• Source material:
◇ ◇ ◇ ◇ ◇ ◇ ◇
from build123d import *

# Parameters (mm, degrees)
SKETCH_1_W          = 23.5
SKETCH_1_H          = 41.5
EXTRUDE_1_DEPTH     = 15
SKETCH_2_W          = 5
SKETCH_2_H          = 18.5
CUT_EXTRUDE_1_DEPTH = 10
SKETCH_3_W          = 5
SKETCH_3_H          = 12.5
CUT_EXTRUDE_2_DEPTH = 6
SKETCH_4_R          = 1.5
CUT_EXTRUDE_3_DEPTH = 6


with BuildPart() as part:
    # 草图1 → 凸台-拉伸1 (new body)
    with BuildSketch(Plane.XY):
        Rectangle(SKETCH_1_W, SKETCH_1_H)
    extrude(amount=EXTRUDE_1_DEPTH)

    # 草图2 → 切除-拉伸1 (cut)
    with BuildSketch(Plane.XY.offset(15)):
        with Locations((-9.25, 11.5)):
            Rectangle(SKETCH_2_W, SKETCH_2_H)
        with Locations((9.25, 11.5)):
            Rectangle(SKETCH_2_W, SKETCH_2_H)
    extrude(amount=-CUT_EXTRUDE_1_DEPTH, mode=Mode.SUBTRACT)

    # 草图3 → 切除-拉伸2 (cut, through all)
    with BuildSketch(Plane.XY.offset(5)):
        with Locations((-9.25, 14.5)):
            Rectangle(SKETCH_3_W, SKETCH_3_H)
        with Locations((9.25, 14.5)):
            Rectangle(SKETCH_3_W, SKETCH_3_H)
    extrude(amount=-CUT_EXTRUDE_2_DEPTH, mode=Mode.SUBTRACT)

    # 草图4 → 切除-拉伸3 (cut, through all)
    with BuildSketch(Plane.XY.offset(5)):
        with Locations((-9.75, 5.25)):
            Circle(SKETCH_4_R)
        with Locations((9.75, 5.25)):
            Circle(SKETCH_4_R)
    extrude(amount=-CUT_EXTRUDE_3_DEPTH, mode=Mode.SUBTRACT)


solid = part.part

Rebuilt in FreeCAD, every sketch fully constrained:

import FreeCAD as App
import Part
import Sketcher
Q = App.Units.Quantity


def add_polygon(sketch, points):
    """Adds a closed chain of lines whose ends are joined by coincident constraints."""
    first, n = sketch.GeometryCount, len(points)
    for a, b in zip(points, points[1:] + points[:1]):
        sketch.addGeometry(Part.LineSegment(App.Vector(*a, 0), App.Vector(*b, 0)), False)
    for i in range(n):
        sketch.addConstraint(Sketcher.Constraint("Coincident", first + i, 2, first + (i + 1) % n, 1))

doc = App.newDocument("Part")
body = doc.addObject("PartDesign::Body", "Body")

sketch1 = doc.addObject("Sketcher::SketchObject", "Sketch")
body.addObject(sketch1)
sketch1.AttachmentSupport = (doc.XY_Plane, [""])
sketch1.MapMode = "FlatFace"
add_polygon(sketch1, [(-12, 21), (-12, -21), (12, -21), (12, 21)])
sketch1.addConstraint([
    Sketcher.Constraint("Vertical", 0),
    Sketcher.Constraint("Horizontal", 1),
    Sketcher.Constraint("Vertical", 2),
    Sketcher.Constraint("Horizontal", 3),
    Sketcher.Constraint("Symmetric", 0, 2, 2, 2, -1, 1),
    Sketcher.Constraint("DistanceX", 1, 1, 1, 2, Q("23.5 mm")),
    Sketcher.Constraint("DistanceY", 0, 2, 0, 1, Q("41.5 mm")),
])
pad1 = doc.addObject("PartDesign::Pad", "Pad")
body.addObject(pad1)
pad1.Profile = sketch1
pad1.Length = 15

sketch2 = doc.addObject("Sketcher::SketchObject", "Sketch001")
body.addObject(sketch2)
sketch2.AttachmentSupport = (doc.XY_Plane, [""])
sketch2.MapMode = "FlatFace"
sketch2.AttachmentOffset = App.Placement(App.Vector(0, 0, 15), App.Rotation())
add_polygon(sketch2, [(-12, 21), (-12, 2), (-7, 2), (-7, 21)])
add_polygon(sketch2, [(7, 21), (7, 2), (12, 2), (12, 21)])
sketch2.addConstraint([
    Sketcher.Constraint("Vertical", 0),
    Sketcher.Constraint("Horizontal", 1),
    Sketcher.Constraint("Vertical", 2),
    Sketcher.Constraint("Horizontal", 3),
    Sketcher.Constraint("Vertical", 4),
    Sketcher.Constraint("Horizontal", 5),
    Sketcher.Constraint("Vertical", 6),
    Sketcher.Constraint("Horizontal", 7),
    Sketcher.Constraint("Symmetric", 1, 2, 4, 2, -2),
    Sketcher.Constraint("Symmetric", 3, 2, 6, 2, -2),
    Sketcher.Constraint("DistanceX", 1, 1, 1, 2, Q("5 mm")),
    Sketcher.Constraint("DistanceY", 0, 2, 0, 1, Q("18.5 mm")),
    Sketcher.Constraint("DistanceX", 1, 2, 4, 2, Q("13.5 mm")),
    Sketcher.Constraint("DistanceY", -1, 1, 0, 2, Q("2.25 mm")),
])
pocket1 = doc.addObject("PartDesign::Pocket", "Pocket")
body.addObject(pocket1)
pocket1.Profile = sketch2
pocket1.Length = 10

sketch3 = doc.addObject("Sketcher::SketchObject", "Sketch002")
body.addObject(sketch3)
sketch3.AttachmentSupport = (doc.XY_Plane, [""])
sketch3.MapMode = "FlatFace"
sketch3.AttachmentOffset = App.Placement(App.Vector(0, 0, 5), App.Rotation())
add_polygon(sketch3, [(-12, 21), (-12, 8), (-7, 8), (-7, 21)])
add_polygon(sketch3, [(7, 21), (7, 8), (12, 8), (12, 21)])
sketch3.addConstraint([
    Sketcher.Constraint("Vertical", 0),
    Sketcher.Constraint("Horizontal", 1),
    Sketcher.Constraint("Vertical", 2),
    Sketcher.Constraint("Horizontal", 3),
    Sketcher.Constraint("Vertical", 4),
    Sketcher.Constraint("Horizontal", 5),
    Sketcher.Constraint("Vertical", 6),
    Sketcher.Constraint("Horizontal", 7),
    Sketcher.Constraint("Symmetric", 1, 2, 4, 2, -2),
    Sketcher.Constraint("Symmetric", 3, 2, 6, 2, -2),
    Sketcher.Constraint("DistanceX", 1, 1, 1, 2, Q("5 mm")),
    Sketcher.Constraint("DistanceY", 0, 2, 0, 1, Q("12.5 mm")),
    Sketcher.Constraint("DistanceX", 1, 2, 4, 2, Q("13.5 mm")),
    Sketcher.Constraint("DistanceY", -1, 1, 0, 2, Q("8.25 mm")),
])
pocket2 = doc.addObject("PartDesign::Pocket", "Pocket001")
body.addObject(pocket2)
pocket2.Profile = sketch3
pocket2.Type = "ThroughAll"

sketch4 = doc.addObject("Sketcher::SketchObject", "Sketch003")
body.addObject(sketch4)
sketch4.AttachmentSupport = (doc.XY_Plane, [""])
sketch4.MapMode = "FlatFace"
sketch4.AttachmentOffset = App.Placement(App.Vector(0, 0, 5), App.Rotation())
sketch4.addGeometry([
    Part.Circle(App.Vector(-9.8, 5.2, 0), App.Vector(0, 0, 1), 1.5),
    Part.Circle(App.Vector(9.8, 5.2, 0), App.Vector(0, 0, 1), 1.5),
], False)
sketch4.addConstraint([
    Sketcher.Constraint("Equal", 0, 1),
    Sketcher.Constraint("Symmetric", 0, 3, 1, 3, -2),
    Sketcher.Constraint("Diameter", 0, Q("3 mm")),
    Sketcher.Constraint("DistanceX", 0, 3, 1, 3, Q("19.5 mm")),
    Sketcher.Constraint("DistanceY", -1, 1, 0, 3, Q("5.25 mm")),
])
pocket3 = doc.addObject("PartDesign::Pocket", "Pocket002")
body.addObject(pocket3)
pocket3.Profile = sketch4
pocket3.Type = "ThroughAll"

doc.recompute()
◇ ◇ ◇ ◇ ◇ ◇ ◇
As the answer, set down only the lines from the data above between the one holding "extrude(amount=-CUT_EXTRUDE_2_DEPTH, mode=Mode.SUBTRACT)" and the one holding "Rebuilt in FreeCAD, every", inclusive, exactly as they read.

• Answer to the exercise:
    extrude(amount=-CUT_EXTRUDE_2_DEPTH, mode=Mode.SUBTRACT)

    # 草图4 → 切除-拉伸3 (cut, through all)
    with BuildSketch(Plane.XY.offset(5)):
        with Locations((-9.75, 5.25)):
            Circle(SKETCH_4_R)
        with Locations((9.75, 5.25)):
            Circle(SKETCH_4_R)
    extrude(amount=-CUT_EXTRUDE_3_DEPTH, mode=Mode.SUBTRACT)


solid = part.part

Rebuilt in FreeCAD, every sketch fully constrained:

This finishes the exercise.